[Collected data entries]
○ ○ ○ ○ ○ ○ ○

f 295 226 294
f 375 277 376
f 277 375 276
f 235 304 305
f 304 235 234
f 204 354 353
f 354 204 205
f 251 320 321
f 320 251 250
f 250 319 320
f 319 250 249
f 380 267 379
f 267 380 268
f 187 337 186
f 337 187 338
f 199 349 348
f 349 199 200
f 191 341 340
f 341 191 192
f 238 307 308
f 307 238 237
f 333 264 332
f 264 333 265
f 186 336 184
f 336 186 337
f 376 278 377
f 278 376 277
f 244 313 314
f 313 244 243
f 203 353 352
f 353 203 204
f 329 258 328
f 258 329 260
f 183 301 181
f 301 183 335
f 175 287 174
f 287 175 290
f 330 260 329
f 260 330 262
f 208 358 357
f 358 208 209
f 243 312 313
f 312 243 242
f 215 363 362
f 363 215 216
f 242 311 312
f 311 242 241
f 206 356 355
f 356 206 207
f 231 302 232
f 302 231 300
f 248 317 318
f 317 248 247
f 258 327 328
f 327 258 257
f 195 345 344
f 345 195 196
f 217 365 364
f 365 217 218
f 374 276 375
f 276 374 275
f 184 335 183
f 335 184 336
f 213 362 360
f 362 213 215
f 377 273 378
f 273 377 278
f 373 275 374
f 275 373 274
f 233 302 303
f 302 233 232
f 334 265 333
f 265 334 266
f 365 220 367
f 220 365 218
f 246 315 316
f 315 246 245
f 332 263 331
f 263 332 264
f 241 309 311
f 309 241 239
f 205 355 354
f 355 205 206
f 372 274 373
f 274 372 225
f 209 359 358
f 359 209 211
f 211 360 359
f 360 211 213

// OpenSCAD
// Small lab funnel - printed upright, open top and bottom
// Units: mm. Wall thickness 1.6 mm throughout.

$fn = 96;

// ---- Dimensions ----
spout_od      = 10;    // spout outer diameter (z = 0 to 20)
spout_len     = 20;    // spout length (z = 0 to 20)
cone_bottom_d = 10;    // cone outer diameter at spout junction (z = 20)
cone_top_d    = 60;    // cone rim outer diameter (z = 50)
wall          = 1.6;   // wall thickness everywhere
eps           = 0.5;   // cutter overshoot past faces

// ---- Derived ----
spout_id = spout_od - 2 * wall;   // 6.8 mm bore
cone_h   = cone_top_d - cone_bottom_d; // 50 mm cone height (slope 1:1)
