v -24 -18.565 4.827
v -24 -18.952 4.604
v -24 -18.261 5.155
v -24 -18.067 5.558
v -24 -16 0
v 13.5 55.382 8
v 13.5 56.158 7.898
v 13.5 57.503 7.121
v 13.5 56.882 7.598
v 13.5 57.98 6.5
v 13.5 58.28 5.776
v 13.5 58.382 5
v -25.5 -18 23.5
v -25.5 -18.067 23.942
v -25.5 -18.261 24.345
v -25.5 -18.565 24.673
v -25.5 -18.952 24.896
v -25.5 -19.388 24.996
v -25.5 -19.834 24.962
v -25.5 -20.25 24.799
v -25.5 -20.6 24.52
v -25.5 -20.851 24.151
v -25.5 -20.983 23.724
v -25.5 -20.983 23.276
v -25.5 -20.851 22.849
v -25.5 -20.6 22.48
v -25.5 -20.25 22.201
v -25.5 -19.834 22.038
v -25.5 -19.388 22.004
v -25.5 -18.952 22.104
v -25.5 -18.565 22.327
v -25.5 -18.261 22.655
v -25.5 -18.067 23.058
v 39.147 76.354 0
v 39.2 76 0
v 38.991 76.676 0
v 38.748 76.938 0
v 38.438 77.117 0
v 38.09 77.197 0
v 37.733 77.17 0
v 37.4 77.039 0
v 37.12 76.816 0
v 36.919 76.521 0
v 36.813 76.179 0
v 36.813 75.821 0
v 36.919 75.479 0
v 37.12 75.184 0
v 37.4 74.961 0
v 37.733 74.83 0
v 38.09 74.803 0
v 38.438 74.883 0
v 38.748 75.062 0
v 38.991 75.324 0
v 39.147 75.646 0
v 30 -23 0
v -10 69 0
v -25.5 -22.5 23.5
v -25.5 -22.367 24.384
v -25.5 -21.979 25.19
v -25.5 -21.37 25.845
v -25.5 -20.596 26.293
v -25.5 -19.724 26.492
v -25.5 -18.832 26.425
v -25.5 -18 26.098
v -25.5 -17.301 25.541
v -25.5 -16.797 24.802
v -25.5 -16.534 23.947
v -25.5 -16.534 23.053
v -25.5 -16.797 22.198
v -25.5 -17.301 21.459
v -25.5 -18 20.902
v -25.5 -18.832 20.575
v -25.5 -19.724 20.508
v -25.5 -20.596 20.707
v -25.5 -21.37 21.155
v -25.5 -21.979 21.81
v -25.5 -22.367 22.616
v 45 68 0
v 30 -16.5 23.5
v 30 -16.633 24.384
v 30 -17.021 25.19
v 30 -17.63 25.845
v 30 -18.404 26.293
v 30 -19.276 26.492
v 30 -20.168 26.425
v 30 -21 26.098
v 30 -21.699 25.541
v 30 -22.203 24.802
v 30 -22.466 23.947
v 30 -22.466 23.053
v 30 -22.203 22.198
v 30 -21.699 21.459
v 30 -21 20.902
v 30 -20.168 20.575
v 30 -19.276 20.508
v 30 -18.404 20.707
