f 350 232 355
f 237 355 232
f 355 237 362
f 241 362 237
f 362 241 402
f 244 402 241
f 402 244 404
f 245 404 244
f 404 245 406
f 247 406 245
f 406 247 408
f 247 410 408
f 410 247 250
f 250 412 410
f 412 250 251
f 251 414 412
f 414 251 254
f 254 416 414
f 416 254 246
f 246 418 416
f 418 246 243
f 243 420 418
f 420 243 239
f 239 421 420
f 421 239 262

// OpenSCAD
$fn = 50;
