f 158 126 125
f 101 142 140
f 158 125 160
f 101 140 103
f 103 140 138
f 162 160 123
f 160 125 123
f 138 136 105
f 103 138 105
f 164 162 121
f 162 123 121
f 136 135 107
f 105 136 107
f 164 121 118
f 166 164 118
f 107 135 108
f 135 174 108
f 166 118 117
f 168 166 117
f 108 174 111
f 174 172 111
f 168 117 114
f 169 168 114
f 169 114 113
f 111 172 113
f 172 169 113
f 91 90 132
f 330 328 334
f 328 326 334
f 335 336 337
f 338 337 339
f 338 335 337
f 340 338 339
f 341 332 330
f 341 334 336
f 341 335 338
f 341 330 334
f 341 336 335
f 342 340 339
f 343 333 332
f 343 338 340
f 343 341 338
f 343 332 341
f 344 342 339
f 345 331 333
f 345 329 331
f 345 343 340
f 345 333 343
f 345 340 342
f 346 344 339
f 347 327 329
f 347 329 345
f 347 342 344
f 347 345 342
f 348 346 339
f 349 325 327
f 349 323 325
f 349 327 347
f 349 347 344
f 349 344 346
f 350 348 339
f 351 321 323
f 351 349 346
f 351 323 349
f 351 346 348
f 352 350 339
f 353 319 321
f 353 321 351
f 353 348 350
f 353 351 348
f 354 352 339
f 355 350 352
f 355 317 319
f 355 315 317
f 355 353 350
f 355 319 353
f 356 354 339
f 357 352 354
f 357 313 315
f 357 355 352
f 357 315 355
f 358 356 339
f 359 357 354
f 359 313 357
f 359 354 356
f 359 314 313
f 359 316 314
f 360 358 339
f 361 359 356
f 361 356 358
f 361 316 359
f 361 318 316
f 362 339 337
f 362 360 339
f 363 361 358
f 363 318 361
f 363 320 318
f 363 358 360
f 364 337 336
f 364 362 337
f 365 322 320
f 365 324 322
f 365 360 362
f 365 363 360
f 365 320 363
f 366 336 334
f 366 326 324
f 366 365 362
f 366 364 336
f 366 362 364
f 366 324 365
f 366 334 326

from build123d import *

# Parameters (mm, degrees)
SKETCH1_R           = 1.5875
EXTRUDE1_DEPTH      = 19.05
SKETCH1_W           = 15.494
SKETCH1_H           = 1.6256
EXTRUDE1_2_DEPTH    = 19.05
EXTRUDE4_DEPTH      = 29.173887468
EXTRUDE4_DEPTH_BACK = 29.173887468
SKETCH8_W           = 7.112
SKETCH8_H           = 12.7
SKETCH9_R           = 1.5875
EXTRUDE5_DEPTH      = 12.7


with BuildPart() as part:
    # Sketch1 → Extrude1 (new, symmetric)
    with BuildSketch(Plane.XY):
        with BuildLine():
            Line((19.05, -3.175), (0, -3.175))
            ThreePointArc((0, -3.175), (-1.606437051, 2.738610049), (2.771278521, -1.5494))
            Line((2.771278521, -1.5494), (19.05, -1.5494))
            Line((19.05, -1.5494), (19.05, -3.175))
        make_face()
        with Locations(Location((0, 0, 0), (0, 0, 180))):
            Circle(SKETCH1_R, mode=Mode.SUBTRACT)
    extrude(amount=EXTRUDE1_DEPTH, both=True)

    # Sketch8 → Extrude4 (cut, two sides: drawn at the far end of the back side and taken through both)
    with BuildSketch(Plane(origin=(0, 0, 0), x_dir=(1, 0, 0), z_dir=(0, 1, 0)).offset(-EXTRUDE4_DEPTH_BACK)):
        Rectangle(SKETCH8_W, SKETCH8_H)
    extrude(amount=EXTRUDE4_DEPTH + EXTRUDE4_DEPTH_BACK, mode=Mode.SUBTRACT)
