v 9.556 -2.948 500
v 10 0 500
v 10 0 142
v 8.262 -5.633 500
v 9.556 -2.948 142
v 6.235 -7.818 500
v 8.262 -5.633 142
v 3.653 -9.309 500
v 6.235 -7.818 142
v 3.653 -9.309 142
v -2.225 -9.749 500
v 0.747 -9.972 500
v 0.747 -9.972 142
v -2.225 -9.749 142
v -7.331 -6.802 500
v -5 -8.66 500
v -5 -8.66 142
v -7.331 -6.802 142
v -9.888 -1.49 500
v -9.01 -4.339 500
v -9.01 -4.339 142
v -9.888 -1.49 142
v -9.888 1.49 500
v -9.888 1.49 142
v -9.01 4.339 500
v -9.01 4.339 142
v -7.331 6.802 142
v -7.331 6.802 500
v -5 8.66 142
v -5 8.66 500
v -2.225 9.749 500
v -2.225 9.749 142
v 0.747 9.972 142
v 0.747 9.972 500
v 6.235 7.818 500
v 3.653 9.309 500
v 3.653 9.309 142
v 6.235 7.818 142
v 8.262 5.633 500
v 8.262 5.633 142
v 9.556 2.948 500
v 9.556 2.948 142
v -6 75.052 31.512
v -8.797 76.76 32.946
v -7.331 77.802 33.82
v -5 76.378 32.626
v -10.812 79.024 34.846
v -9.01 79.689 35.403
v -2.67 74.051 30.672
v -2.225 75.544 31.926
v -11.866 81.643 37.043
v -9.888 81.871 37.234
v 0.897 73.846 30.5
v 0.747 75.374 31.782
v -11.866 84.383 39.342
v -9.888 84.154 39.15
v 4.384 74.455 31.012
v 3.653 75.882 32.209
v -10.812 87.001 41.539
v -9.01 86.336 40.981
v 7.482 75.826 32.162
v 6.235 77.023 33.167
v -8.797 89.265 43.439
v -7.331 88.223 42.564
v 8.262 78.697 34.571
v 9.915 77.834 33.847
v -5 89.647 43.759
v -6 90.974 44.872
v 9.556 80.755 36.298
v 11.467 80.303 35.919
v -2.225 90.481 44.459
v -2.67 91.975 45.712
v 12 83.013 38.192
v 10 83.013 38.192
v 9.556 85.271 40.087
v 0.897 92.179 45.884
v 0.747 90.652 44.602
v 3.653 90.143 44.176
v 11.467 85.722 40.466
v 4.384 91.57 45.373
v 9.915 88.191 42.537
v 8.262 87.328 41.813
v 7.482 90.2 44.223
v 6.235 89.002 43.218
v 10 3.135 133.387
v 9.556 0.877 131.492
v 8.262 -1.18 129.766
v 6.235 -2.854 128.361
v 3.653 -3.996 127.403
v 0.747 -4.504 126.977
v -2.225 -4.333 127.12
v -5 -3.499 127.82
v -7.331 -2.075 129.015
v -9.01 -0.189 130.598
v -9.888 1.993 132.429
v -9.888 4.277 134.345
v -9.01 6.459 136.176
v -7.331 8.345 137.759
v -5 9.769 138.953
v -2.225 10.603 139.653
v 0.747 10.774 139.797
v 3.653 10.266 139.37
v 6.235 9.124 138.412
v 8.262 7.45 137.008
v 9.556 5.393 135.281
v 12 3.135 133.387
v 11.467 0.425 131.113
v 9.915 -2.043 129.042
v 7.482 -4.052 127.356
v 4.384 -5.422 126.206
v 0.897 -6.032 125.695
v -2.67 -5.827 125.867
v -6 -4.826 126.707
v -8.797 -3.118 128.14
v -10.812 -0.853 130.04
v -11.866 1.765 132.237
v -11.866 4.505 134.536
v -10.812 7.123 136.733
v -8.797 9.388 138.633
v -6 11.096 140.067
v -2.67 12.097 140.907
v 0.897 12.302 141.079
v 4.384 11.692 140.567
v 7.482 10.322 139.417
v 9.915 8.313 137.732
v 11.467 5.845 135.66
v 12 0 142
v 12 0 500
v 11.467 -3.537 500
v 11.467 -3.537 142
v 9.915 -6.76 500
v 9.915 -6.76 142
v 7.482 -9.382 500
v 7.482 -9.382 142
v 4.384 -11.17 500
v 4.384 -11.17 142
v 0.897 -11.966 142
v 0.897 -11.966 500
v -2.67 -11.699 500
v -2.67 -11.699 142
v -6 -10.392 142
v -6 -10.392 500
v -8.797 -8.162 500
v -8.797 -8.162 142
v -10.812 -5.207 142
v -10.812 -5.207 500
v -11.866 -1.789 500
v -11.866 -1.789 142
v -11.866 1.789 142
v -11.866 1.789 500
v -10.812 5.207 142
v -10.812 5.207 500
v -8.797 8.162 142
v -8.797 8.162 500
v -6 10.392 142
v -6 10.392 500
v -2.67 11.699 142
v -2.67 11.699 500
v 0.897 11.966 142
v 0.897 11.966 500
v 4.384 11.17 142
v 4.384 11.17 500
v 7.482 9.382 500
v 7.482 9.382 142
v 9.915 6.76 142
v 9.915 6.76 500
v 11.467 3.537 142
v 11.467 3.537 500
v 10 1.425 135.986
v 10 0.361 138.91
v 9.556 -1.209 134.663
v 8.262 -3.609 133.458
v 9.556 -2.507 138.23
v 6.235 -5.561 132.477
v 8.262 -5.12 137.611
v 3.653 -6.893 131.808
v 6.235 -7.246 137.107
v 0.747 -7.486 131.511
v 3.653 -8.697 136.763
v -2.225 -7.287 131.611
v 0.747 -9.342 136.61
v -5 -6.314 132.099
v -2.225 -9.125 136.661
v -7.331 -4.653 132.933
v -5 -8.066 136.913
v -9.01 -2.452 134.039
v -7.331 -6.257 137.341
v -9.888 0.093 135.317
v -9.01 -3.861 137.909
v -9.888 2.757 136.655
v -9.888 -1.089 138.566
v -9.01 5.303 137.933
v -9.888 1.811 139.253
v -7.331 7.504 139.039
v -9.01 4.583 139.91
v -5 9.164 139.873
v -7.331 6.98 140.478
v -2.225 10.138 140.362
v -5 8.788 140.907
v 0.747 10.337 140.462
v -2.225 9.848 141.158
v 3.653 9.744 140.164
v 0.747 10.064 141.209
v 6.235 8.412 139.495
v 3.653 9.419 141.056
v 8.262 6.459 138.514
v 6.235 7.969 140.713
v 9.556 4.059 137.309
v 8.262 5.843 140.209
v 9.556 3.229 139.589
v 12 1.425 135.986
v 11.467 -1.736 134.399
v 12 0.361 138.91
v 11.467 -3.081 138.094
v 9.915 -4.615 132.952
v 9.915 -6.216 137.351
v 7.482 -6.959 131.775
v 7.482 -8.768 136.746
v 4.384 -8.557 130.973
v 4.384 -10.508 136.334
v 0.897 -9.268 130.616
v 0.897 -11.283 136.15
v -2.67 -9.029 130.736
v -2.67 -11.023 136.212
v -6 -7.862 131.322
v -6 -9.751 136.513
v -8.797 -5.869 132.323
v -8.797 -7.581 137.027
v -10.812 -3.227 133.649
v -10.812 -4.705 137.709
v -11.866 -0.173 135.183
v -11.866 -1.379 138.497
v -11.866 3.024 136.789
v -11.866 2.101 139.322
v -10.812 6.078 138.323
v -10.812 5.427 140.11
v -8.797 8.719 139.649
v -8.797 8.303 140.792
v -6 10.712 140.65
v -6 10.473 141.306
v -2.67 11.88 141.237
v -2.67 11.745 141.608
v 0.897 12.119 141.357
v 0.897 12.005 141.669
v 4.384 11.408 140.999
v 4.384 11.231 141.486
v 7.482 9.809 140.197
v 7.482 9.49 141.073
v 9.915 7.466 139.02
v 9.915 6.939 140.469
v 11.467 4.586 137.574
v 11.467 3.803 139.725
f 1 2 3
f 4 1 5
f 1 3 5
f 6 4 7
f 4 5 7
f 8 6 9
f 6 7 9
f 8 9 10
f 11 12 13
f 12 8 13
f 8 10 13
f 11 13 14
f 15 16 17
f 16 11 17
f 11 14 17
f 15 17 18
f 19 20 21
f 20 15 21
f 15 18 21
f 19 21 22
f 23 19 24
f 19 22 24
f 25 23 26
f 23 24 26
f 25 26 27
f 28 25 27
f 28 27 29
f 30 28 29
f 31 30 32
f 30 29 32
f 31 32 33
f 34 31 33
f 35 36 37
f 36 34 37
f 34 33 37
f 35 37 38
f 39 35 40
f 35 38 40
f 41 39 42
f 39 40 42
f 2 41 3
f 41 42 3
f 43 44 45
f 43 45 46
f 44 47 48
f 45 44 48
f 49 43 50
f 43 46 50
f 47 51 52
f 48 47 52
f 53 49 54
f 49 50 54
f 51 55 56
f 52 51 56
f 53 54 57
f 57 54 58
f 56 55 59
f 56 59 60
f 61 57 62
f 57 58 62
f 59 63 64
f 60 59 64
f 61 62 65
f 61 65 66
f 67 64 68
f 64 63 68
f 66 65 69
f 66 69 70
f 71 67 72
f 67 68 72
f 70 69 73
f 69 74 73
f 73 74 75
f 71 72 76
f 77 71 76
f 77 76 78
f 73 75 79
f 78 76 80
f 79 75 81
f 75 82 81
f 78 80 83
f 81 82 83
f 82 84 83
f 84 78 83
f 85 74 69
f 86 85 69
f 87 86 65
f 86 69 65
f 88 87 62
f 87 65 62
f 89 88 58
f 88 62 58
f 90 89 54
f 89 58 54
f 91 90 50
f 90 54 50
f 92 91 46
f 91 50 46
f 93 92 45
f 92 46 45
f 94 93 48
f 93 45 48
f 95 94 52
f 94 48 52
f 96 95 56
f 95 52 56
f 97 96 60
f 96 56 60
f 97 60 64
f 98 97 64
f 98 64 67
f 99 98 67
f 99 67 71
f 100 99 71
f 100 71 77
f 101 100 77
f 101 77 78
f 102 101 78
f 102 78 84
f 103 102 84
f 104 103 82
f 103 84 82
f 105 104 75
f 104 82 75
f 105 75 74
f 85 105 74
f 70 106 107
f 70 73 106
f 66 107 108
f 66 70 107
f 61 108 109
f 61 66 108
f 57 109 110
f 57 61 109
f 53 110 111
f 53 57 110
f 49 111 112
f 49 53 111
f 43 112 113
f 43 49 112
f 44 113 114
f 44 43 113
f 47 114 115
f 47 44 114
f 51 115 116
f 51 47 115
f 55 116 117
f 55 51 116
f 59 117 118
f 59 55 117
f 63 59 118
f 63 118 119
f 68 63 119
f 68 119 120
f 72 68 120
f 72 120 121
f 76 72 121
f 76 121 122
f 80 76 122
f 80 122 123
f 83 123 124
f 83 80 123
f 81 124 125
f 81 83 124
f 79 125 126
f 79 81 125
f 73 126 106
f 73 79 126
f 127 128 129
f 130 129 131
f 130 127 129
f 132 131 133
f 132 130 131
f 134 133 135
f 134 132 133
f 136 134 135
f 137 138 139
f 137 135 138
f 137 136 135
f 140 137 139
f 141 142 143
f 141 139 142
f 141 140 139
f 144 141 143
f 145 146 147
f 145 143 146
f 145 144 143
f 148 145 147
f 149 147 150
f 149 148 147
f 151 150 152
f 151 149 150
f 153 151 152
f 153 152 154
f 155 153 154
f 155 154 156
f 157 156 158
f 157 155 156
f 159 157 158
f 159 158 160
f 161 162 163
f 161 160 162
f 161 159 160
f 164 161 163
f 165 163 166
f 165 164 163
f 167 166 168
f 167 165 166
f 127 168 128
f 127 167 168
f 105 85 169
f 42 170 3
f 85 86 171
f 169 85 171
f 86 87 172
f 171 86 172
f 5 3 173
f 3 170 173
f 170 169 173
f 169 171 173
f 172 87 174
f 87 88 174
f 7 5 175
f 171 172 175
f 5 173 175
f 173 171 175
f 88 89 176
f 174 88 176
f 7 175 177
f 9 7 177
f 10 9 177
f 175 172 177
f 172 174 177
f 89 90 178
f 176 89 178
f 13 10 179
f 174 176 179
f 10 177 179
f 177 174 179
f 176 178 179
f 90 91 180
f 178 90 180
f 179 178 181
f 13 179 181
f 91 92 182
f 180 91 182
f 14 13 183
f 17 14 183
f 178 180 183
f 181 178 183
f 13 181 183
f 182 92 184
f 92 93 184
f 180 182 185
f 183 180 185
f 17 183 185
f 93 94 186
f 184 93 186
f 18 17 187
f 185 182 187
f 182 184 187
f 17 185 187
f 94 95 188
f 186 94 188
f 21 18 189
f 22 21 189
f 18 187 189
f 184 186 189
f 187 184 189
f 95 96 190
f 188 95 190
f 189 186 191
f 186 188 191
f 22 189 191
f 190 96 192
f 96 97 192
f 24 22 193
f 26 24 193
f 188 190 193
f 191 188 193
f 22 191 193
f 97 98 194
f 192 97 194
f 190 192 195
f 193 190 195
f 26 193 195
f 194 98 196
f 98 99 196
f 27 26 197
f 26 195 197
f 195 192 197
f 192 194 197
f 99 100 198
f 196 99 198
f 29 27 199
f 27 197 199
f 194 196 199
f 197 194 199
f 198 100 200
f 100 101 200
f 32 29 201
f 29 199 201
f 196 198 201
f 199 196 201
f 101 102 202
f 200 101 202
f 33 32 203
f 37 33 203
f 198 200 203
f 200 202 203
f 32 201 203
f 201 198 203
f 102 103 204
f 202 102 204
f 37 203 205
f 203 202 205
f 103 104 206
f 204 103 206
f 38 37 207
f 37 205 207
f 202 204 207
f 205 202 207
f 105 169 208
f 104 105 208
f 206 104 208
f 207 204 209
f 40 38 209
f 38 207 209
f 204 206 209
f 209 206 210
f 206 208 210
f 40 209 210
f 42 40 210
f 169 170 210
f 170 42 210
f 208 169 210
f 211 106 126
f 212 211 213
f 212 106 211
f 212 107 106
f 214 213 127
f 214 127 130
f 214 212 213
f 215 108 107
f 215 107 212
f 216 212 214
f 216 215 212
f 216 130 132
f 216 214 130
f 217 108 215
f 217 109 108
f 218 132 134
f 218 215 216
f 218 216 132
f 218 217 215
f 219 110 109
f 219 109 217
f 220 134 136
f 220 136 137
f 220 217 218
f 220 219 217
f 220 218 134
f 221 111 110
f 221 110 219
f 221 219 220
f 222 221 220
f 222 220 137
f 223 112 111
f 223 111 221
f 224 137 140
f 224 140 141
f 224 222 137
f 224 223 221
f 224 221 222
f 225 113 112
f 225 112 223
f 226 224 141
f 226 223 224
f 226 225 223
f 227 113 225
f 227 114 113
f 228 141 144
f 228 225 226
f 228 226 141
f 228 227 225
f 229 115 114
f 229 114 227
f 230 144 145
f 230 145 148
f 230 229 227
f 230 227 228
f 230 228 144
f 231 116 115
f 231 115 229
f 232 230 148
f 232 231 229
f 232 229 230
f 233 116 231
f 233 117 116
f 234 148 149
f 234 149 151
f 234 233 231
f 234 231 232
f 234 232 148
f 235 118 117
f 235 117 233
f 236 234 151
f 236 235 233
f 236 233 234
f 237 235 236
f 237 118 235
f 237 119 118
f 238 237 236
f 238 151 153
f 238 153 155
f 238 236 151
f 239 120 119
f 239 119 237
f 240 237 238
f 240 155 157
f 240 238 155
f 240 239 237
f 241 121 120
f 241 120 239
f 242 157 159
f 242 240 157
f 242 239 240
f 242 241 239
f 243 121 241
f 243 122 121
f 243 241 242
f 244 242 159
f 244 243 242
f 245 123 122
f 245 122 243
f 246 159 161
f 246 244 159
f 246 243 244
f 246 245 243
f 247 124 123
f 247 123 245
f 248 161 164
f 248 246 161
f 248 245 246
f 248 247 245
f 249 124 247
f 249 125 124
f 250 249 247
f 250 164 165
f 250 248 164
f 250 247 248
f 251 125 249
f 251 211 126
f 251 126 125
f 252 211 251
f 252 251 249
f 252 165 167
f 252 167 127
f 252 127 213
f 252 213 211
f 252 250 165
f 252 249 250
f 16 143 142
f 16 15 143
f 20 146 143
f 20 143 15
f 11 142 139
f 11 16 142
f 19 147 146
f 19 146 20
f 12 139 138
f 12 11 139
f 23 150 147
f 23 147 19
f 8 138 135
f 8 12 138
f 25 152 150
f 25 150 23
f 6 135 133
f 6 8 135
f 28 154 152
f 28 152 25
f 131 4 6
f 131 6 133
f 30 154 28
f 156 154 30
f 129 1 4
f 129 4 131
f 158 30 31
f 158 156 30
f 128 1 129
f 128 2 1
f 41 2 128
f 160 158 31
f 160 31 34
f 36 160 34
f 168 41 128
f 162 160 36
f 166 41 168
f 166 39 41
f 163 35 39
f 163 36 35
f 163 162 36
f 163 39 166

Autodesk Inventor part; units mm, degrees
ref_plane "YZ Plane" through (0, 0, 0) normal (1, 0, 0) x (0, 1, 0)
ref_plane "XY Plane" through (0, 0, 0) normal (0, 0, 1) x (1, 0, 0)
sketch "Sketch1" plane through (0, 0, 0) normal (0, 0, 1) x (1, 0, 0)
  circle A0 centre (0, 0) radius 12
  circle A1 centre (0, 0) radius 10
  dimension "d0" = 24
  dimension "d1" = 20
extrude "Extrusion1" add sketch "Sketch1" along normal blind 500
ref_plane "Work Plane1" through (0, -12, 0) normal (0, 1, 0) x (-1, 0, 0)
sketch "Sketch2" plane through (0, -12, 0) normal (0, 1, 0) x (-1, 0, 0)
  line L0 (-136.7178, 142) -> (138.1684, 142)
  line L1 (12, 0) -> (-12, 0) projected
  point P0 (0, 0)
  dimension "d4" = 142
bend part "Bend Part1" radius 25.4 angle 40 line through (136.7178, -12, 142) along (-1, 0, 0) centre toward (0, 1, 0) moving side (0, 0, -1) both sides no
properties part number "Sit Link 2"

○ ○ ○ ○ ○ ○ ○

§ **Exercise description**: Please copy the lines above from the line with "v 6.235 -7.818 142" up to and including the line with "v -9.01 4.339 142", exactly as written and with nothing else.

§ **Response to this exercise**:
v 6.235 -7.818 142
v 3.653 -9.309 142
v -2.225 -9.749 500
v 0.747 -9.972 500
v 0.747 -9.972 142
v -2.225 -9.749 142
v -7.331 -6.802 500
v -5 -8.66 500
v -5 -8.66 142
v -7.331 -6.802 142
v -9.888 -1.49 500
v -9.01 -4.339 500
v -9.01 -4.339 142
v -9.888 -1.49 142
v -9.888 1.49 500
v -9.888 1.49 142
v -9.01 4.339 500
v -9.01 4.339 142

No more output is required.